Il y a occlusion d’une artère. La région derrière cette artère ne reçoit plus de sang, et donc plus d’oxygène. Cette région meurt alors très vite, en l’espace de cinq minutes. Si elle a une certaine fonction, celle-ci est perturbée. Mais le cerveau a la capacité de se réorganiser, de faire en sorte que cette fonction soit totalement ou en partie reprise par une autre région du cerveau. Le principe de la neuro-réhabilitation est de forcer le cerveau à se réorganiser. Il peut le faire seul jusqu’à un certain point. Après entre en scène la technologie – exosquelettes, stimulateurs, interfaces notamment.

Douze millions de personnes sont victimes d’un AVC chaque année dans le monde (16000 en Suisse, 700 en Valais). C’est le plus grand défi de santé publique?

C’est l’un des plus grands, oui.

Pour quelles raisons?

Parce que c’est la principale cause de handicap à long terme.
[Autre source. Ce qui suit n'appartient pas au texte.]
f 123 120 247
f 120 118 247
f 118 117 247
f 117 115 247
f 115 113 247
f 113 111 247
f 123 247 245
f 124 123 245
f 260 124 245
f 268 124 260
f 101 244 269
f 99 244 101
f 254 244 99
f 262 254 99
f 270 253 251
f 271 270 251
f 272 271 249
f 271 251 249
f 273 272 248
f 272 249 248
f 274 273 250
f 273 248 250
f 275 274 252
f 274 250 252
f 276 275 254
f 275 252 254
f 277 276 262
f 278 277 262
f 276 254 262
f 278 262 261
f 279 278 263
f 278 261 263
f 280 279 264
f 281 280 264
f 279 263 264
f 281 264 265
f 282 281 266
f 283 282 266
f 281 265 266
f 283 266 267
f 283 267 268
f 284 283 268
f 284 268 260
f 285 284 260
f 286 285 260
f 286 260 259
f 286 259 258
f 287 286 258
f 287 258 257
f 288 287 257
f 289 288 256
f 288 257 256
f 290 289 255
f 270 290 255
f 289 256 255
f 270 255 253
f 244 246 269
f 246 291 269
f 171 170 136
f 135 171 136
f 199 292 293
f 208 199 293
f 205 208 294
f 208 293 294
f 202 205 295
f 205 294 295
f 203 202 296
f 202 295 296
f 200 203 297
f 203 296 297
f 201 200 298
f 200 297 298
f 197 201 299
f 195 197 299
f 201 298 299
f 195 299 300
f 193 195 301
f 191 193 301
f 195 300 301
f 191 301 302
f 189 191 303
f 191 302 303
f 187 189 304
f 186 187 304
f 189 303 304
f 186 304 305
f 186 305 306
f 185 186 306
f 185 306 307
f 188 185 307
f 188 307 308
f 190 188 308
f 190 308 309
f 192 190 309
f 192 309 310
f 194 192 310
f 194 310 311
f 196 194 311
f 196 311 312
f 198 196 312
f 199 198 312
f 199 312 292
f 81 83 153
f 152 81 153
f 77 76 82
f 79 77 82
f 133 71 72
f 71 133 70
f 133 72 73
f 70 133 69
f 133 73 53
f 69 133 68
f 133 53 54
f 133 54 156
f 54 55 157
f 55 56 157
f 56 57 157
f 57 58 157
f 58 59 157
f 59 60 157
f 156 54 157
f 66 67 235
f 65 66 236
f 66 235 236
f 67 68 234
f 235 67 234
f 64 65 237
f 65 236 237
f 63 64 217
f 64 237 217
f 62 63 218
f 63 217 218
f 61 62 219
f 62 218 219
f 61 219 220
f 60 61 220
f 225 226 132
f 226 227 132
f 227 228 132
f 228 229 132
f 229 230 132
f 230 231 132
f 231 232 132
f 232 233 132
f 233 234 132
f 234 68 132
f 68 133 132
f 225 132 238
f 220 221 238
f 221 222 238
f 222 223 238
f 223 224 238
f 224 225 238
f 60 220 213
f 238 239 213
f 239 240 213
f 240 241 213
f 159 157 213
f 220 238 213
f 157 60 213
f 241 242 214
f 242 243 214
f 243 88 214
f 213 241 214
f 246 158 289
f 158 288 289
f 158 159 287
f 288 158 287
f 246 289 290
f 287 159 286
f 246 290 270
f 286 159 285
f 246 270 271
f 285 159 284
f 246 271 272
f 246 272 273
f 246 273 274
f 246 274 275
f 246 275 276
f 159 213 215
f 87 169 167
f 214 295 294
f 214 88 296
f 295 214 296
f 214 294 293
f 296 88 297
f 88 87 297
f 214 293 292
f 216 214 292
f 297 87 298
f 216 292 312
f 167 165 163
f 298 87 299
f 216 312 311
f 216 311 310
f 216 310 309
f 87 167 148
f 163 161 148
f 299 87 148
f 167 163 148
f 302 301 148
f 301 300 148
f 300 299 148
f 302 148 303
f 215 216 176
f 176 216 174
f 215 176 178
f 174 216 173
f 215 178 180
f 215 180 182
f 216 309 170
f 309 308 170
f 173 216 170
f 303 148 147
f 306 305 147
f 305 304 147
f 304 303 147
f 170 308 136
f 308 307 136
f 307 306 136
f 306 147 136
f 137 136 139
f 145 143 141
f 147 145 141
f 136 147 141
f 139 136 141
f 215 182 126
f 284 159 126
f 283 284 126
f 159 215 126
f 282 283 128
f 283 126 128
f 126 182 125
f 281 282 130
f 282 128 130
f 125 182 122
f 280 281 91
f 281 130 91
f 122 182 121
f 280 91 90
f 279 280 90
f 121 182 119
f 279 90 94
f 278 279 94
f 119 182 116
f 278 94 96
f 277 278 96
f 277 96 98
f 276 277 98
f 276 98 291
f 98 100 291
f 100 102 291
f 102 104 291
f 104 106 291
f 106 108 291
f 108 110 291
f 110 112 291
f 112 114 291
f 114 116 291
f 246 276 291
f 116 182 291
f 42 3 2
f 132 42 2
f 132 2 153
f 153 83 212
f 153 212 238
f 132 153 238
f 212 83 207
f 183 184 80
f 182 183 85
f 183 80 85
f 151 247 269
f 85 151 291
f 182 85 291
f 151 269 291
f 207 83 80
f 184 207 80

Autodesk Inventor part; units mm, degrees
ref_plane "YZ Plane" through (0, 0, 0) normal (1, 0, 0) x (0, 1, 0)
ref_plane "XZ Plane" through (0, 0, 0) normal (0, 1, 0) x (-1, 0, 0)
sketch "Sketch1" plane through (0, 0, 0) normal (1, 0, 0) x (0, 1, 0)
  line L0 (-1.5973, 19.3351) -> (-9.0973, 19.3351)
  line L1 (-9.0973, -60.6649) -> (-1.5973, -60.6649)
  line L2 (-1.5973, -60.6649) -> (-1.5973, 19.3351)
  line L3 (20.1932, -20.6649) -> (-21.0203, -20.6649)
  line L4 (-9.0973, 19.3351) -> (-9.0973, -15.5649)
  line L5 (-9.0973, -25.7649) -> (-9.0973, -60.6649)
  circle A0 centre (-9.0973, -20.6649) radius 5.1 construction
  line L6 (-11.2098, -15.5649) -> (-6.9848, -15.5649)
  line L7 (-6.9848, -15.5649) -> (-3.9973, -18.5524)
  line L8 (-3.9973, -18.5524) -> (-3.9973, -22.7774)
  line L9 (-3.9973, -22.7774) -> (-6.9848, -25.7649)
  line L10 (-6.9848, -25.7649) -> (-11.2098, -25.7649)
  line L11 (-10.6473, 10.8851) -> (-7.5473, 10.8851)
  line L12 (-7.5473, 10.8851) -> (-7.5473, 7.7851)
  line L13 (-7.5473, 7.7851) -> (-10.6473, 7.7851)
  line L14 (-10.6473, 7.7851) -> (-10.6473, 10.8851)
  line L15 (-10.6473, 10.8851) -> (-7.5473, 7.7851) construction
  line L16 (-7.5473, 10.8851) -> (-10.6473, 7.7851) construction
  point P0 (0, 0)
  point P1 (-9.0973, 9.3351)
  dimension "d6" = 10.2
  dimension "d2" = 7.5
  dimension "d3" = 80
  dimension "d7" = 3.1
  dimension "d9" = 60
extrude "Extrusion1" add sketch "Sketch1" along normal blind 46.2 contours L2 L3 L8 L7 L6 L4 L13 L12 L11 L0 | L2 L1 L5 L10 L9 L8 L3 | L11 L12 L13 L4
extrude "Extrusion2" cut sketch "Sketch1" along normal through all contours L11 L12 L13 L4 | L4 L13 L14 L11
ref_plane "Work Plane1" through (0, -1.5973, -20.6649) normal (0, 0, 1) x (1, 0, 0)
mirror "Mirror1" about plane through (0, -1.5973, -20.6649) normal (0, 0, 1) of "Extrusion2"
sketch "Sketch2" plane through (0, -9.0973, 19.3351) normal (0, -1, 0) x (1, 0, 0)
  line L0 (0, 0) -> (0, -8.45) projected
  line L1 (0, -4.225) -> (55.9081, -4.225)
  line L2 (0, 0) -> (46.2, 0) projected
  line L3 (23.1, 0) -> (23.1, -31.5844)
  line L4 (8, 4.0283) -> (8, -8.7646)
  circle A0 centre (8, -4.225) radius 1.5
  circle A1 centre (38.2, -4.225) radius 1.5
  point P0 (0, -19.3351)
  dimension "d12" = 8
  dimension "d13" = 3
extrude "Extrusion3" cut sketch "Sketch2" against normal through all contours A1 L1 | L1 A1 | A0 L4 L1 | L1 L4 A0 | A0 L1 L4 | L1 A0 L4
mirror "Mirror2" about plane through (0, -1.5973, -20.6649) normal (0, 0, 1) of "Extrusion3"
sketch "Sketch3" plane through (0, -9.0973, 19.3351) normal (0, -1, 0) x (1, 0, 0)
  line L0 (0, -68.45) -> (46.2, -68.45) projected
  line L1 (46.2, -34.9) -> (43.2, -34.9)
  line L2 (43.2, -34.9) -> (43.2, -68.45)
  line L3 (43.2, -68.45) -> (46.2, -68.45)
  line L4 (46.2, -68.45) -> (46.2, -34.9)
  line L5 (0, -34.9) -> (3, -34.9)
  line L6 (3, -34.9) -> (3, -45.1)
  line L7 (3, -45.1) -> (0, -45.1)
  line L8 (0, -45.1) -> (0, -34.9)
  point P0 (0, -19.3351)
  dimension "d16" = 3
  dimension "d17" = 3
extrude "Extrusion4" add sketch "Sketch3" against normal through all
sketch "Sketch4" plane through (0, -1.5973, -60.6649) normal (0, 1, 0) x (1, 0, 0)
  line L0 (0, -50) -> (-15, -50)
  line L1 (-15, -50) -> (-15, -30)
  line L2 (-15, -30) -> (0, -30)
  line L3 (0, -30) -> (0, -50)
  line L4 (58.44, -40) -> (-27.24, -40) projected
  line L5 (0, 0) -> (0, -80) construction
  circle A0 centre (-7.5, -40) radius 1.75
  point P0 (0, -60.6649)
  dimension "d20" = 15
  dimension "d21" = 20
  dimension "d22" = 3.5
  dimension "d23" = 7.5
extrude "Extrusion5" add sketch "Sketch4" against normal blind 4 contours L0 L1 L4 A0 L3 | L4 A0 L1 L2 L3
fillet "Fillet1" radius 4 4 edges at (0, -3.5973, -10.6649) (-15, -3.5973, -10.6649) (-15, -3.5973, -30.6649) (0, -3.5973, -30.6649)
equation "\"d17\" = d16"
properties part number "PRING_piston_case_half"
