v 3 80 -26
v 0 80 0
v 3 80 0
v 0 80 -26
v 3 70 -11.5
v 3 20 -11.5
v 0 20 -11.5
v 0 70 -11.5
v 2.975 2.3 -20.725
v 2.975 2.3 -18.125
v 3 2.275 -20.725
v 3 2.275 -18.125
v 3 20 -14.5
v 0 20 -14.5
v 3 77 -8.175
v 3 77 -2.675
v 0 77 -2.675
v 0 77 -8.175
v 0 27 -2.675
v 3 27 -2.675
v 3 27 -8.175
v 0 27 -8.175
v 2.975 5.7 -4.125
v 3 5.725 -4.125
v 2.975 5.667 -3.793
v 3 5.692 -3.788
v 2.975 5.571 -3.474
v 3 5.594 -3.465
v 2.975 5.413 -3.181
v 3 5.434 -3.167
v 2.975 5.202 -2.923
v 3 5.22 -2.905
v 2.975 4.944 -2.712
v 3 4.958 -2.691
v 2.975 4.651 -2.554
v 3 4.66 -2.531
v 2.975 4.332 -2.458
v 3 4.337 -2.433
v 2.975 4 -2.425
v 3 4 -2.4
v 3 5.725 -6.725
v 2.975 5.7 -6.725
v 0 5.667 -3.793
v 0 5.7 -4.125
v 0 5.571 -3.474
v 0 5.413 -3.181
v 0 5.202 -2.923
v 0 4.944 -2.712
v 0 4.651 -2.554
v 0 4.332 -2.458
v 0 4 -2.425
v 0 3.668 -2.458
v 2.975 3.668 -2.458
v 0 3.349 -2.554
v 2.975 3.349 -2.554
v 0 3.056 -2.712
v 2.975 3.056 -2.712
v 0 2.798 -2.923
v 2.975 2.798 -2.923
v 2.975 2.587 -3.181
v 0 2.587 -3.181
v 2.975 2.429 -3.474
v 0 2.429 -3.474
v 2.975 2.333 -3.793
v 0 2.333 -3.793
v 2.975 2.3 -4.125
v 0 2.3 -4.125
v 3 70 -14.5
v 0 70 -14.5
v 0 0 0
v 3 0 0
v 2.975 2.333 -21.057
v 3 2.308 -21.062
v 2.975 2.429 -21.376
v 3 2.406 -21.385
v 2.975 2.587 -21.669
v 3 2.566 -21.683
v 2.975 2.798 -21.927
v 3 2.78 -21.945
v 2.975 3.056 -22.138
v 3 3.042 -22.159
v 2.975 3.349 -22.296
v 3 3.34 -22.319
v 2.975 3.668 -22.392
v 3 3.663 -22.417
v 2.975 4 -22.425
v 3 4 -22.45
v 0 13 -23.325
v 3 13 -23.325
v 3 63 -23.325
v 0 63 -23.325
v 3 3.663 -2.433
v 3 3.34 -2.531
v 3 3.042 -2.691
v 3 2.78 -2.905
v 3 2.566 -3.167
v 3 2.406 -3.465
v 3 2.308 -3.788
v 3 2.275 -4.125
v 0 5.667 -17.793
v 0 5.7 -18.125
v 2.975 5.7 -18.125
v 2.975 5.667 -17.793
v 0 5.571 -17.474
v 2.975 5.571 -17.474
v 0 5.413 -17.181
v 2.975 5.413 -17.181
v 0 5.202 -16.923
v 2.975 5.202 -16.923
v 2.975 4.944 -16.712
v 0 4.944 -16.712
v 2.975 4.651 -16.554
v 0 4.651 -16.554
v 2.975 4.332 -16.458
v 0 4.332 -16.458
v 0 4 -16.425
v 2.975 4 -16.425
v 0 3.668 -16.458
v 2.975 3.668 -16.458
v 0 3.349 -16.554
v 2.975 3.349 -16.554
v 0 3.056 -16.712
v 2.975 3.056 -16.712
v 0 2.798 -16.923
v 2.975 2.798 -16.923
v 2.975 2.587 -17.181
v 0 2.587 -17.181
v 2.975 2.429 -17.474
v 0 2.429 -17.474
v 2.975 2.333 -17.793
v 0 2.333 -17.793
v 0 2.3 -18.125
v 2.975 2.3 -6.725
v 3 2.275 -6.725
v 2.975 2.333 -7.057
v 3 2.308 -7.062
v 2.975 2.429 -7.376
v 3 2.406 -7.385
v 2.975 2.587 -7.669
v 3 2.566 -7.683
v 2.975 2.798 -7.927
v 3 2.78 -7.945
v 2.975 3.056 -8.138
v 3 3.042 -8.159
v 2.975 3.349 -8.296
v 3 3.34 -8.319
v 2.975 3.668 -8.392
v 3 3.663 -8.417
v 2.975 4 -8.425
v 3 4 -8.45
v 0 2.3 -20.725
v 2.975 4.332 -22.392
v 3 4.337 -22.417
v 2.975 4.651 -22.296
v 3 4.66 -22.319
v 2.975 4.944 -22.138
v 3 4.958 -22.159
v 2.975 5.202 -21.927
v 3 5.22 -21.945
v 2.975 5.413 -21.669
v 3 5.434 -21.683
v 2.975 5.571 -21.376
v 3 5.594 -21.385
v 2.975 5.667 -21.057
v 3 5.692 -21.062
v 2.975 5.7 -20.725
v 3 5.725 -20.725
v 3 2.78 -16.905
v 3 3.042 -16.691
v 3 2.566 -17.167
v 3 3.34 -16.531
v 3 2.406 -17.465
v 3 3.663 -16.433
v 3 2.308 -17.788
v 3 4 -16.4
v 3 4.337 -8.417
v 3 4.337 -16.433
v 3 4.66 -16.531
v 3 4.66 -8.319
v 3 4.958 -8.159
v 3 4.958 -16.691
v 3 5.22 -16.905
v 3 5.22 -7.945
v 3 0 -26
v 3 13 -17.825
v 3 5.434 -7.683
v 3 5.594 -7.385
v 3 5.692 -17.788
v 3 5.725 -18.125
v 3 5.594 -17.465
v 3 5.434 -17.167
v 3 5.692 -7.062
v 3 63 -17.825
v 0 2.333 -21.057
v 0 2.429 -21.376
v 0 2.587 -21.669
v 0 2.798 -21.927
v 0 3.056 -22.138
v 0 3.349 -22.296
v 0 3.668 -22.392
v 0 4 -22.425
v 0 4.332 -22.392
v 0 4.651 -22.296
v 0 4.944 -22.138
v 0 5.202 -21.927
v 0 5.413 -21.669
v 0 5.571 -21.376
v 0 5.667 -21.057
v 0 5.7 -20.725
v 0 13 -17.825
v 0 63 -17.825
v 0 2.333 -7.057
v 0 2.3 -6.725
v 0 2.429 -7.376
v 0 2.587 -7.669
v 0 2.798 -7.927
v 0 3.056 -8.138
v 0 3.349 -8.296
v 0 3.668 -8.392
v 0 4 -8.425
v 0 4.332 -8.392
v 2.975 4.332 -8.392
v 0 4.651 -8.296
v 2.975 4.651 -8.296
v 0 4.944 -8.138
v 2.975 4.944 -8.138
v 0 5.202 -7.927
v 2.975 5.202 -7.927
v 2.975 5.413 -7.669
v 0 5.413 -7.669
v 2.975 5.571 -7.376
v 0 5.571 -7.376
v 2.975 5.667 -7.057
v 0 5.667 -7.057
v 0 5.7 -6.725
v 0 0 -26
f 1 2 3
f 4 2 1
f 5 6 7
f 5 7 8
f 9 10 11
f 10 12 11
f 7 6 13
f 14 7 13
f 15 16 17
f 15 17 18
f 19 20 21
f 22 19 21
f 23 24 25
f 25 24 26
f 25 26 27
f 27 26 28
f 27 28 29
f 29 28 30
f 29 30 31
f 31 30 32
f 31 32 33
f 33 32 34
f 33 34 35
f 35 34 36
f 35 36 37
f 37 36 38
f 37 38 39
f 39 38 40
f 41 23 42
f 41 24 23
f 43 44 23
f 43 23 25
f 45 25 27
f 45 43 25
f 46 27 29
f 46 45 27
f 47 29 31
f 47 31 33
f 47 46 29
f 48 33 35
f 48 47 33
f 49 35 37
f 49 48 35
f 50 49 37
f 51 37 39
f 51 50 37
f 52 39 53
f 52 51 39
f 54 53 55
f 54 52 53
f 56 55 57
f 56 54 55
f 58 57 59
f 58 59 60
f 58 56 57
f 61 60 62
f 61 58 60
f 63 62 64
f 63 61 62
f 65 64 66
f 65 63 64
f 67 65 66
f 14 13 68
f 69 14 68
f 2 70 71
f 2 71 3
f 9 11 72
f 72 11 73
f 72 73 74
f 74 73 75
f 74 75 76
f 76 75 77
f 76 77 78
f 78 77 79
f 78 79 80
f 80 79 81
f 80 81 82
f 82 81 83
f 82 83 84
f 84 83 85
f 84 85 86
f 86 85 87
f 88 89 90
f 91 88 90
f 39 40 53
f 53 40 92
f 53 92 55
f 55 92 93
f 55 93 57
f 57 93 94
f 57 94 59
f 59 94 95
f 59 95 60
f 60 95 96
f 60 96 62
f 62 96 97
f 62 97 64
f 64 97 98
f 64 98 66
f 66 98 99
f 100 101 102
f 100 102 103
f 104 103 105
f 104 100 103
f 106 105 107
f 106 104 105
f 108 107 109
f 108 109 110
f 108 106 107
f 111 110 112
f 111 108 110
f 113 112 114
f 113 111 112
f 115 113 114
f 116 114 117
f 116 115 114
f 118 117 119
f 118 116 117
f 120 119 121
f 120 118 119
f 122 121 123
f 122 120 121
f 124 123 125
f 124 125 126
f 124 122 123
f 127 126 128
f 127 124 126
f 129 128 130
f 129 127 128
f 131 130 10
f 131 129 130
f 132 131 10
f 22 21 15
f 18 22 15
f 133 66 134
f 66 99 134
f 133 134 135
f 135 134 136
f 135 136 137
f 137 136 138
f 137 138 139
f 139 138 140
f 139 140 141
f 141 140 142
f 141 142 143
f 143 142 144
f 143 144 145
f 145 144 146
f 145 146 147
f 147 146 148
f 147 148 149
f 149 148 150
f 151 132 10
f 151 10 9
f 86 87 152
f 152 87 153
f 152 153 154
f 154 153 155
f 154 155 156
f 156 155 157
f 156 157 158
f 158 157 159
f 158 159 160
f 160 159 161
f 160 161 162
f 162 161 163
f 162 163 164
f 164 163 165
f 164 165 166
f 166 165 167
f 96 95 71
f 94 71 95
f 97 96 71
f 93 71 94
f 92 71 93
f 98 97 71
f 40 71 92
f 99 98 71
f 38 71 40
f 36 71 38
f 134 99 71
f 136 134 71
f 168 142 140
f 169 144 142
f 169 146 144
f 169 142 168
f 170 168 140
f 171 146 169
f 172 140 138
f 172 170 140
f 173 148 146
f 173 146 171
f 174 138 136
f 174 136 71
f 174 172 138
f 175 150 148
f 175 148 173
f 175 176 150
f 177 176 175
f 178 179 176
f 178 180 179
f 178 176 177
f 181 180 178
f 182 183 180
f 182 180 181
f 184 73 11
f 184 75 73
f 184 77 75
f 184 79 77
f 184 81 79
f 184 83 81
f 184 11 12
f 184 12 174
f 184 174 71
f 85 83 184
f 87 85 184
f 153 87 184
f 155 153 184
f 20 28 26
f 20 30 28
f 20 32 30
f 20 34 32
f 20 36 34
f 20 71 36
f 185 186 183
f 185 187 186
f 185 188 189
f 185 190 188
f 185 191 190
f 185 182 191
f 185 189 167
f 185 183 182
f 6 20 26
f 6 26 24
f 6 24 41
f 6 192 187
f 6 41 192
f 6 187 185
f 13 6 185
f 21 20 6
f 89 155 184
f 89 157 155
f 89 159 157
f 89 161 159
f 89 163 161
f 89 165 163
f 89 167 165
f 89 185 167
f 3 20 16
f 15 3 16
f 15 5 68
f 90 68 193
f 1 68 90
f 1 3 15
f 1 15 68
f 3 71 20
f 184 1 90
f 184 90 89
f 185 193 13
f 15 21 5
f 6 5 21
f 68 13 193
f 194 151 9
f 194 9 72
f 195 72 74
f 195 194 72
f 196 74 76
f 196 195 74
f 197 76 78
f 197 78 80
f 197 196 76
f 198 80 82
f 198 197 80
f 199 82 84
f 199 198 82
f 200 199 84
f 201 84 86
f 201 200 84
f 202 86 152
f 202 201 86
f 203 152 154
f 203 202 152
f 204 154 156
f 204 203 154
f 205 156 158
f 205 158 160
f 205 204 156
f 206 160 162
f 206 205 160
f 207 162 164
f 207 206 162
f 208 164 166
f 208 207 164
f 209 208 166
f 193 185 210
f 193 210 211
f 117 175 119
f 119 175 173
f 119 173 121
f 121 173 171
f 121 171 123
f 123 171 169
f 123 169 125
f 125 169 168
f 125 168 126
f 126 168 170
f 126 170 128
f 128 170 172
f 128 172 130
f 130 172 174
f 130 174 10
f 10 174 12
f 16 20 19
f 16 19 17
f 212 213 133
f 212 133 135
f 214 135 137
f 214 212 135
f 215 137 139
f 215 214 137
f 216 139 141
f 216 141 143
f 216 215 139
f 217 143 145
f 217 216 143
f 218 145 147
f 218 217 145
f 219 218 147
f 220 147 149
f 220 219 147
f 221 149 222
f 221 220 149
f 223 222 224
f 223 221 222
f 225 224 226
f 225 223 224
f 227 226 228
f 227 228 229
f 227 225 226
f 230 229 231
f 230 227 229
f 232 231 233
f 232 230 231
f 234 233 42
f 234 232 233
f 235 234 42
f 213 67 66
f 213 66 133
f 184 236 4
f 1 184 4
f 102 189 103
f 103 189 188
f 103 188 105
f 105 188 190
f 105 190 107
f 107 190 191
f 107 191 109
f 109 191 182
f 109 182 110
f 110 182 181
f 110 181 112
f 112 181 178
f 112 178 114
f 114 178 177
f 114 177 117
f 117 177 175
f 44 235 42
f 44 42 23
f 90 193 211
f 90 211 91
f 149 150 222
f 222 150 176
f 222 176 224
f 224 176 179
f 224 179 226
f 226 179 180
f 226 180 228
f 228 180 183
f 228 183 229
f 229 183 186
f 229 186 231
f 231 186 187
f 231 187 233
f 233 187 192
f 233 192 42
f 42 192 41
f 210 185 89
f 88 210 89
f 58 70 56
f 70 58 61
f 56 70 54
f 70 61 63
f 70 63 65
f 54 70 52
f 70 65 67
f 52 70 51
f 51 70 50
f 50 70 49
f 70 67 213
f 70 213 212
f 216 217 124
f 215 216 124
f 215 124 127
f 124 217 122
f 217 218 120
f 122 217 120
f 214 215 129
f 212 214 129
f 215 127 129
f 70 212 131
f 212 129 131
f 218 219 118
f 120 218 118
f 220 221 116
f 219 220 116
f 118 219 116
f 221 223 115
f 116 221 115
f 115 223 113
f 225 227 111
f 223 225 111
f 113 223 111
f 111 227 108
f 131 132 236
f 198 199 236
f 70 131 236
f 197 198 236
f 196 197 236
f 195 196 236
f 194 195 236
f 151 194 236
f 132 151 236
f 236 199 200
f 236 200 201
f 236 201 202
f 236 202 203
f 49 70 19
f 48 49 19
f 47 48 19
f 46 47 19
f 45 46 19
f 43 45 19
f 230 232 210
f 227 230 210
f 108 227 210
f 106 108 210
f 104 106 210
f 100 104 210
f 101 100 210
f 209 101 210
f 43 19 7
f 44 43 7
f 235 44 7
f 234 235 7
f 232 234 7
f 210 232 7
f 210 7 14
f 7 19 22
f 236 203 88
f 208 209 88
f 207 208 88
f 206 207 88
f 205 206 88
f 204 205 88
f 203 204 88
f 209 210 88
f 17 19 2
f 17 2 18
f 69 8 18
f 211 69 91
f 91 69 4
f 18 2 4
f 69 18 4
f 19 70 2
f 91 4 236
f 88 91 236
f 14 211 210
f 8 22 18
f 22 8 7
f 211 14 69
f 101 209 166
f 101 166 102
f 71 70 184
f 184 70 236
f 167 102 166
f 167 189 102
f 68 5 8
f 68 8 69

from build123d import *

# Parameters (mm, degrees)
SKETCH1_W                = 26
SKETCH1_H                = 80
BOSS_EXTRUDE1_DEPTH      = 3
SKETCH2_W                = 5.5
SKETCH2_H                = 50
SKETCH2_W_2              = 3
CUT_EXTRUDE1_DEPTH       = 3
M3_START                 = -1
M3_CLEARANCE_SLOT1_DEPTH = 5


with BuildPart() as part:
    # Sketch1 → Boss-Extrude1 (new body)
    with BuildSketch(Plane(origin=(0, 0, 0), x_dir=(0, 0, -1), z_dir=(1, 0, 0))):
        with Locations((13, 40)):
            Rectangle(SKETCH1_W, SKETCH1_H)
    extrude(amount=BOSS_EXTRUDE1_DEPTH)

    # Sketch2 → Cut-Extrude1 (cut)
    with BuildSketch(Plane(origin=(3, 0, 0), x_dir=(0, 0, -1), z_dir=(1, 0, 0))):
        with Locations((5.425, 52)):
            Rectangle(SKETCH2_W, SKETCH2_H)
        with Locations((13, 45)):
            Rectangle(SKETCH2_W_2, SKETCH2_H)
        with Locations((20.575, 38)):
            Rectangle(SKETCH2_W, SKETCH2_H)
    extrude(amount=-CUT_EXTRUDE1_DEPTH, mode=Mode.SUBTRACT)

    # M3 Clearance Slot1: read off the stored shape, not the designer's step
    # M3 Clearance Slot1 outline → M3 Clearance Slot1 (cut)
    with BuildSketch(Plane.YZ.offset(M3_START)):
        with BuildLine():
            Line((5.7, -20.725), (5.7, -18.125))
            ThreePointArc((5.7, -18.125), (4, -16.425), (2.3, -18.125))
            Line((2.3, -18.125), (2.3, -20.725))
            ThreePointArc((2.3, -20.725), (4, -22.425), (5.7, -20.725))
        make_face()
        with BuildLine():
            ThreePointArc((5.7, -4.125), (4, -2.425), (2.3, -4.125))
            Line((2.3, -4.125), (2.3, -6.725))
            ThreePointArc((2.3, -6.725), (4, -8.425), (5.7, -6.725))
            Line((5.7, -6.725), (5.7, -4.125))
        make_face()
    extrude(amount=M3_CLEARANCE_SLOT1_DEPTH, mode=Mode.SUBTRACT)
L’AVC a un impact socio-économique très fort. En plus des coûts de l’accident lui-même – soit, en Allemagne, environ 30 000 euros sur une vie –, il y a l’impact sur la vie professionnelle et sur la vie de famille notamment. L’objectif principal est d’aider davantage de gens à retrouver une vie normale après un AVC.

Ce qui est le cas, actuellement, pour quelle proportion de victimes?

Une sur deux. Et moins d’une sur quatre sans séquelles.

Et avec les technologies sur lesquelles vous travaillez?

C’est difficile de répondre. Actuellement, le problème est que l’on traite à peu près tous les AVC de la même manière. Or, tous les AVC ne sont pas les mêmes et ne se développent pas de la même manière. Nous devons chercher à déterminer tous les paramètres nous permettant de dire pourquoi une personne a besoin de la thérapie X et une autre a besoin de la thérapie Y.

Mais des tests de stimulation menés sur des personnes de plus de 60 ans en bonne santé nous ont montré que les possibilités d’amélioration étaient importantes.

A quel moment la stimulation intervient-elle?

Dans les jours et les semaines suivant l’AVC. C’est une thérapie qui dure toute une vie. Beaucoup de gens disent: «Après trois mois, tu ne dois rien faire.»

Scientifiquement, ce n’est pas vrai. Il est important que ce soit clair dans l’esprit des médecins et des gens: vous pouvez continuer à travailler, même si c’est dix ans après votre accident. Avec les bons outils, avec les bonnes interventions, avec le bon entraînement, vous pouvez toujours vous améliorer.

Quid des premières heures après l’accident?

Il y a pour l’heure peu de preuves que la stimulation du cerveau puisse réduire la taille de la lésion dans les premières heures après un AVC.